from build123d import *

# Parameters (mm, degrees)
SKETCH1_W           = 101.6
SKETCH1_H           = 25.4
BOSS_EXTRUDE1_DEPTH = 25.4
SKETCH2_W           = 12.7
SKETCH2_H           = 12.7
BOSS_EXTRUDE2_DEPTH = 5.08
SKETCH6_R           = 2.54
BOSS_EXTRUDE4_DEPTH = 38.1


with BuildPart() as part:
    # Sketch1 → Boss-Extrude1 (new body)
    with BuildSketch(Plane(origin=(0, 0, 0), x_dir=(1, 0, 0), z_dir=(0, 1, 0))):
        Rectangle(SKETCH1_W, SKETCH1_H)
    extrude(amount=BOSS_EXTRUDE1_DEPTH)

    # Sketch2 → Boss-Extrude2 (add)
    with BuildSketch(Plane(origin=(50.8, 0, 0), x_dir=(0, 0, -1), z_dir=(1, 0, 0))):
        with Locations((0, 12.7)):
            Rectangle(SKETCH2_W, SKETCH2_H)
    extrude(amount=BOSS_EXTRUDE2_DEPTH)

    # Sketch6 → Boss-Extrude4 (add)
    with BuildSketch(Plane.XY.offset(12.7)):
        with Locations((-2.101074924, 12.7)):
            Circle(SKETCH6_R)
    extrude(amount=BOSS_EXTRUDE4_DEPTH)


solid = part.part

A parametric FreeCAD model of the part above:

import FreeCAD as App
import Part
import Sketcher

V = App.Vector
Q = App.Units.Quantity


def add_polygon(sketch, points):
    """Adds a closed chain of lines whose ends are joined by coincident constraints."""
    first, n = sketch.GeometryCount, len(points)
    for a, b in zip(points, points[1:] + points[:1]):
        sketch.addGeometry(Part.LineSegment(App.Vector(*a, 0), App.Vector(*b, 0)), False)
    for i in range(n):
        sketch.addConstraint(Sketcher.Constraint("Coincident", first + i, 2, first + (i + 1) % n, 1))

doc = App.newDocument("Part")
body = doc.addObject("PartDesign::Body", "Body")

# Sketch on XZ plane
sketch1 = body.newObject("Sketcher::SketchObject", "Sketch")
sketch1.AttachmentSupport = (doc.getObject("XZ_Plane"), [""])
sketch1.MapMode = "FlatFace"
add_polygon(sketch1, [(-51, -13), (-51, 13), (51, 13), (51, -13)])  # lines 0-3
sketch1.addConstraint([
    Sketcher.Constraint("Vertical", 0),
    Sketcher.Constraint("Horizontal", 1),
    Sketcher.Constraint("Vertical", 2),
    Sketcher.Constraint("Horizontal", 3),
    Sketcher.Constraint("Symmetric", 0, 2, 2, 2, -1, 1),
    Sketcher.Constraint("DistanceX", 1, 1, 1, 2, Q("4 in")),
    Sketcher.Constraint("DistanceY", 0, 1, 0, 2, Q("1 in")),
])
pad1 = body.newObject("PartDesign::Pad", "Pad")
pad1.Profile = sketch1
pad1.Length = Q("1 in")
pad1.Reversed = True

# Sketch on YZ plane
sketch2 = body.newObject("Sketcher::SketchObject", "Sketch001")
sketch2.AttachmentSupport = (doc.getObject("YZ_Plane"), [""])
sketch2.MapMode = "FlatFace"
sketch2.AttachmentOffset = App.Placement(V(0, 0, 2 * 25.4), App.Rotation())
add_polygon(sketch2, [(19, 6), (6, 6), (6, -6), (19, -6)])  # lines 0-3
sketch2.addConstraint([
    Sketcher.Constraint("Horizontal", 0),
    Sketcher.Constraint("Vertical", 1),
    Sketcher.Constraint("Horizontal", 2),
    Sketcher.Constraint("Vertical", 3),
    Sketcher.Constraint("Equal", 2, 1),
    Sketcher.Constraint("DistanceX", 0, 2, 0, 1, Q("0.5 in")),
    Sketcher.Constraint("DistanceX", -1, 1, 0, 2, Q("0.25 in")),
    Sketcher.Constraint("DistanceY", -1, 1, 0, 2, Q("0.25 in")),
])
pad2 = body.newObject("PartDesign::Pad", "Pad001")
pad2.Profile = sketch2
pad2.Length = Q("0.2 in")

# Sketch on XY plane
sketch3 = body.newObject("Sketcher::SketchObject", "Sketch002")
sketch3.AttachmentSupport = (doc.getObject("XY_Plane"), [""])
sketch3.MapMode = "FlatFace"
sketch3.AttachmentOffset = App.Placement(V(0, 0, 0.5 * 25.4), App.Rotation())
sketch3.addGeometry(Part.Circle(V(-2.1, 12.7, 0), V(0, 0, 1), 2.5), False)
sketch3.addConstraint([
    Sketcher.Constraint("Diameter", 0, Q("0.2 in")),
    Sketcher.Constraint("DistanceY", -1, 1, 0, 3, Q("0.5 in")),
    Sketcher.Constraint("DistanceX", 0, 3, -1, 1, 2.101075),
])
pad3 = body.newObject("PartDesign::Pad", "Pad002")
pad3.Profile = sketch3
pad3.Length = Q("1.5 in")

doc.recompute()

----

**TASK GOAL**.
From the top of the material above, please transcribe each line exactly. Include the line with "# Sketch2 → Boss-Extrude2 (add)" and end there.

**TASK RESPONSE**.
from build123d import *

# Parameters (mm, degrees)
SKETCH1_W           = 101.6
SKETCH1_H           = 25.4
BOSS_EXTRUDE1_DEPTH = 25.4
SKETCH2_W           = 12.7
SKETCH2_H           = 12.7
BOSS_EXTRUDE2_DEPTH = 5.08
SKETCH6_R           = 2.54
BOSS_EXTRUDE4_DEPTH = 38.1


with BuildPart() as part:
    # Sketch1 → Boss-Extrude1 (new body)
    with BuildSketch(Plane(origin=(0, 0, 0), x_dir=(1, 0, 0), z_dir=(0, 1, 0))):
        Rectangle(SKETCH1_W, SKETCH1_H)
    extrude(amount=BOSS_EXTRUDE1_DEPTH)

    # Sketch2 → Boss-Extrude2 (add)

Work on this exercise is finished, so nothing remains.